● Given information:
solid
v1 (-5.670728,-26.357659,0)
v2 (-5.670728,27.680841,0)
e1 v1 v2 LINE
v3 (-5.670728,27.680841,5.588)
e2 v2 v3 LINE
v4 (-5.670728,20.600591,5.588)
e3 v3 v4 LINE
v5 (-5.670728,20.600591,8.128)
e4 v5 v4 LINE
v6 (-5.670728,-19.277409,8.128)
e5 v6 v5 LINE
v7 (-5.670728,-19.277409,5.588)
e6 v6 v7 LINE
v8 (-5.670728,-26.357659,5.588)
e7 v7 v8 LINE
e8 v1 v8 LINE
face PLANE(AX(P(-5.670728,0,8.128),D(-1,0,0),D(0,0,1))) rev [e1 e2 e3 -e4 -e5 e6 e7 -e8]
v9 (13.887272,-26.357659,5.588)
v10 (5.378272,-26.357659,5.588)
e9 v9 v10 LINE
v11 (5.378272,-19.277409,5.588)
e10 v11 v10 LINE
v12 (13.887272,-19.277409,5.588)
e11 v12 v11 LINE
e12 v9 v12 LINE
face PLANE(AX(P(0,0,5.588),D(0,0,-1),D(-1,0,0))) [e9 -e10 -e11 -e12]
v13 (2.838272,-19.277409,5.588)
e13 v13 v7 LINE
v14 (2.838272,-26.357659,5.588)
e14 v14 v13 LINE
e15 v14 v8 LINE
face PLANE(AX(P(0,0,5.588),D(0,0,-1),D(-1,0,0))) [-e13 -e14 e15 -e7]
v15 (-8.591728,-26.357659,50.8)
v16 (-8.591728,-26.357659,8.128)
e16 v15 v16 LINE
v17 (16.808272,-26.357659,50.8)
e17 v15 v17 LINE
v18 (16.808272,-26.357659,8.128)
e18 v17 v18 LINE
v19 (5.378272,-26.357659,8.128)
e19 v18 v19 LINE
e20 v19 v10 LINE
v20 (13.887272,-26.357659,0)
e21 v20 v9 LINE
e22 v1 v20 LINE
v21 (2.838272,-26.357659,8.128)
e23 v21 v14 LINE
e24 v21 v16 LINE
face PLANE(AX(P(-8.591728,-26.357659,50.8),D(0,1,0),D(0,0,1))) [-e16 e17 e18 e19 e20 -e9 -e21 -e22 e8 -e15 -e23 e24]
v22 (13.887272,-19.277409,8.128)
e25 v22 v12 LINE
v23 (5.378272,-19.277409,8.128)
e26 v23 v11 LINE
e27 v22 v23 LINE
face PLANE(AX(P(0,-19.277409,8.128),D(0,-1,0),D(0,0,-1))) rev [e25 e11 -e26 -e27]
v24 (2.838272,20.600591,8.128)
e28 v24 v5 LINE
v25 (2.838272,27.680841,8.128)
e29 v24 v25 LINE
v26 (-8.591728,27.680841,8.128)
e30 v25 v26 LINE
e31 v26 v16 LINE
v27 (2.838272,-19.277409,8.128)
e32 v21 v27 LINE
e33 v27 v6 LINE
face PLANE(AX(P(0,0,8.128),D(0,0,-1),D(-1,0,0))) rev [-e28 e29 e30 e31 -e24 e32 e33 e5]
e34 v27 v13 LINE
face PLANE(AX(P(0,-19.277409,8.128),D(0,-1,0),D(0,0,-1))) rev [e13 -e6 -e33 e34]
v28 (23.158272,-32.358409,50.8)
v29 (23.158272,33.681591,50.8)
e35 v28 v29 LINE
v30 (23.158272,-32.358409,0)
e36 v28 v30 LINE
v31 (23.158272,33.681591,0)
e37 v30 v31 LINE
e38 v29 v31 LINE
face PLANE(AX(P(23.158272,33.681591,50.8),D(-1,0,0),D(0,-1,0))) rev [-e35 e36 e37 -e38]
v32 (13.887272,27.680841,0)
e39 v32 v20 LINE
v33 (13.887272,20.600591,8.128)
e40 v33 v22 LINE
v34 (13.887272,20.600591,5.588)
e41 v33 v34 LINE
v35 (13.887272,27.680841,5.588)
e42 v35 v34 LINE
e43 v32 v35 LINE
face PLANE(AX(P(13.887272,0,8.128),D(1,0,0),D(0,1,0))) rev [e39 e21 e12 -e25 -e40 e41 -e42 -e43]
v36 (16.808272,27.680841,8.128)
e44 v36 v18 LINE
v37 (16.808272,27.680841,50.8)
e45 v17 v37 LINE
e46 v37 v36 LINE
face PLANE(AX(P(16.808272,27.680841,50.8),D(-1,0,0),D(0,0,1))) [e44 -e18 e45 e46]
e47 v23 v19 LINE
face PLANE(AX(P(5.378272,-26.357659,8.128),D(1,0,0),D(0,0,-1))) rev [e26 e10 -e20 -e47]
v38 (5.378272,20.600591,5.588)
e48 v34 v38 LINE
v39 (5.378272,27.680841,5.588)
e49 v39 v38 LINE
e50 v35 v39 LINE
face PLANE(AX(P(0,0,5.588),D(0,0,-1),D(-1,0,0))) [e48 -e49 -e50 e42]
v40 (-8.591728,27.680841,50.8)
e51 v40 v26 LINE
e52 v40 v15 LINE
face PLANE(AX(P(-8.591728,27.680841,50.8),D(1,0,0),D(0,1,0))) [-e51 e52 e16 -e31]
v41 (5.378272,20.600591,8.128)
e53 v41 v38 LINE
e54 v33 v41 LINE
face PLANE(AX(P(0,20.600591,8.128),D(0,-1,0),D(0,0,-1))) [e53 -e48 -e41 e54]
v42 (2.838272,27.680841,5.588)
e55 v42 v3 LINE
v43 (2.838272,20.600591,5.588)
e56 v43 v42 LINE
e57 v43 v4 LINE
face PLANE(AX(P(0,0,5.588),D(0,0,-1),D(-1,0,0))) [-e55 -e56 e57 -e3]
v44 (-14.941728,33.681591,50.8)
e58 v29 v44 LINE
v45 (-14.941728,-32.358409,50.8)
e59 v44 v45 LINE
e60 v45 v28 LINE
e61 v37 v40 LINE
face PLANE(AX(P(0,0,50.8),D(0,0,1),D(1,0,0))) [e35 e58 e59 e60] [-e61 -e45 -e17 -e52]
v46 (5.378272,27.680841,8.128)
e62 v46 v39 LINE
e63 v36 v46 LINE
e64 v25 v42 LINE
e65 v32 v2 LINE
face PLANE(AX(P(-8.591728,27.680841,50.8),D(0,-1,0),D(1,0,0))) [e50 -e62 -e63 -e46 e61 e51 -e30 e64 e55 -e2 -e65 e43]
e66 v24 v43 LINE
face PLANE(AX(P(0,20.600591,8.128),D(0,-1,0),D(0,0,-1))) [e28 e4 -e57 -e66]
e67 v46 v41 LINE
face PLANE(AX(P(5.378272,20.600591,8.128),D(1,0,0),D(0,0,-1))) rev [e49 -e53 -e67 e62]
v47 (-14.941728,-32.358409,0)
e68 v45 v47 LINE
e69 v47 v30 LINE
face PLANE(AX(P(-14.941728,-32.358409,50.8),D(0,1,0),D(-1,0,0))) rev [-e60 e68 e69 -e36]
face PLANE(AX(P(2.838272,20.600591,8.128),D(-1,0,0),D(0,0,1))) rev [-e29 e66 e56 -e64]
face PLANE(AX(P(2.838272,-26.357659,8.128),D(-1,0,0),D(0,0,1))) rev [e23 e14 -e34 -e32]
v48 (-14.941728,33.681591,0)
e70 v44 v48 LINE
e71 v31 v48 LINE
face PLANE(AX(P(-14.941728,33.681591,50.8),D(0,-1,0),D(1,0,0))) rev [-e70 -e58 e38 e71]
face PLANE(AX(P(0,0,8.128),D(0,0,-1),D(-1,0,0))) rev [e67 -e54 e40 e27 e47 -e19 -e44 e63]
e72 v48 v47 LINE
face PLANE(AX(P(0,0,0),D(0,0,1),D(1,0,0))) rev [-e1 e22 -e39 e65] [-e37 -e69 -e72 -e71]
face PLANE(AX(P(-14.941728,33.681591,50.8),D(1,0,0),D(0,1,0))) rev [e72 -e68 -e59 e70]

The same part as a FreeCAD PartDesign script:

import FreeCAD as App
import Part
import Sketcher
from FreeCAD import Vector
Q = App.Units.Quantity

doc = App.newDocument("Part")
body = doc.addObject("PartDesign::Body", "Body")

sketch1 = body.newObject("Sketcher::SketchObject", "Sketch")
sketch1.AttachmentSupport = (doc.getObject("XY_Plane"), [""])
sketch1.MapMode = "FlatFace"
sketch1.addGeometry(Part.LineSegment(Vector(-15, 34, 0), Vector(-15, -32, 0)), False)
sketch1.addGeometry(Part.LineSegment(Vector(-15, -32, 0), Vector(23, -32, 0)), False)
sketch1.addGeometry(Part.LineSegment(Vector(23, -32, 0), Vector(23, 34, 0)), False)
sketch1.addGeometry(Part.LineSegment(Vector(23, 34, 0), Vector(-15, 34, 0)), False)
sketch1.addGeometry(Part.LineSegment(Vector(17, -26, 0), Vector(-9, -26, 0)), False)
sketch1.addGeometry(Part.LineSegment(Vector(-9, -26, 0), Vector(-9, 28, 0)), False)
sketch1.addGeometry(Part.LineSegment(Vector(-9, 28, 0), Vector(17, 28, 0)), False)
sketch1.addGeometry(Part.LineSegment(Vector(17, 28, 0), Vector(17, -26, 0)), False)
sketch1.addConstraint(Sketcher.Constraint("Coincident", 0, 2, 1, 1))
sketch1.addConstraint(Sketcher.Constraint("Coincident", 1, 2, 2, 1))
sketch1.addConstraint(Sketcher.Constraint("Coincident", 2, 2, 3, 1))
sketch1.addConstraint(Sketcher.Constraint("Coincident", 3, 2, 0, 1))
sketch1.addConstraint(Sketcher.Constraint("Coincident", 4, 2, 5, 1))
sketch1.addConstraint(Sketcher.Constraint("Coincident", 5, 2, 6, 1))
sketch1.addConstraint(Sketcher.Constraint("Coincident", 6, 2, 7, 1))
sketch1.addConstraint(Sketcher.Constraint("Coincident", 7, 2, 4, 1))
sketch1.addConstraint(Sketcher.Constraint("Vertical", 0))
sketch1.addConstraint(Sketcher.Constraint("Horizontal", 1))
sketch1.addConstraint(Sketcher.Constraint("Vertical", 2))
sketch1.addConstraint(Sketcher.Constraint("Horizontal", 3))
sketch1.addConstraint(Sketcher.Constraint("Horizontal", 4))
sketch1.addConstraint(Sketcher.Constraint("Vertical", 5))
sketch1.addConstraint(Sketcher.Constraint("Horizontal", 6))
sketch1.addConstraint(Sketcher.Constraint("Vertical", 7))
sketch1.addConstraint(Sketcher.Constraint("DistanceX", 4, 2, 4, 1, Q("1 in")))
sketch1.addConstraint(Sketcher.Constraint("DistanceX", 1, 1, 1, 2, Q("1.5 in")))
sketch1.addConstraint(Sketcher.Constraint("DistanceY", 0, 2, 0, 1, Q("2.6 in")))
sketch1.addConstraint(Sketcher.Constraint("DistanceX", 0, 2, 4, 2, Q("0.25 in")))
sketch1.addConstraint(Sketcher.Constraint("DistanceY", 5, 1, 5, 2, Q("2.1275 in")))
sketch1.addConstraint(Sketcher.Constraint("DistanceX", 0, 2, -1, 1, 14.941728))
sketch1.addConstraint(Sketcher.Constraint("DistanceY", 0, 2, -1, 1, 32.358409))
sketch1.addConstraint(Sketcher.Constraint("DistanceY", 4, 2, -1, 1, 26.357659))
pad1 = body.newObject("PartDesign::Pad", "Pad")
pad1.Profile = sketch1
pad1.Length = Q("2 in")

● Directions: The lines above, starting at the one with "v1 (-5.670728,-26.357659,0)" and ending at the one with "e16 v15 v16 LINE", are the only ones to return, exactly as written.

● Solution to the exercise:
v1 (-5.670728,-26.357659,0)
v2 (-5.670728,27.680841,0)
e1 v1 v2 LINE
v3 (-5.670728,27.680841,5.588)
e2 v2 v3 LINE
v4 (-5.670728,20.600591,5.588)
e3 v3 v4 LINE
v5 (-5.670728,20.600591,8.128)
e4 v5 v4 LINE
v6 (-5.670728,-19.277409,8.128)
e5 v6 v5 LINE
v7 (-5.670728,-19.277409,5.588)
e6 v6 v7 LINE
v8 (-5.670728,-26.357659,5.588)
e7 v7 v8 LINE
e8 v1 v8 LINE
face PLANE(AX(P(-5.670728,0,8.128),D(-1,0,0),D(0,0,1))) rev [e1 e2 e3 -e4 -e5 e6 e7 -e8]
v9 (13.887272,-26.357659,5.588)
v10 (5.378272,-26.357659,5.588)
e9 v9 v10 LINE
v11 (5.378272,-19.277409,5.588)
e10 v11 v10 LINE
v12 (13.887272,-19.277409,5.588)
e11 v12 v11 LINE
e12 v9 v12 LINE
face PLANE(AX(P(0,0,5.588),D(0,0,-1),D(-1,0,0))) [e9 -e10 -e11 -e12]
v13 (2.838272,-19.277409,5.588)
e13 v13 v7 LINE
v14 (2.838272,-26.357659,5.588)
e14 v14 v13 LINE
e15 v14 v8 LINE
face PLANE(AX(P(0,0,5.588),D(0,0,-1),D(-1,0,0))) [-e13 -e14 e15 -e7]
v15 (-8.591728,-26.357659,50.8)
v16 (-8.591728,-26.357659,8.128)
e16 v15 v16 LINE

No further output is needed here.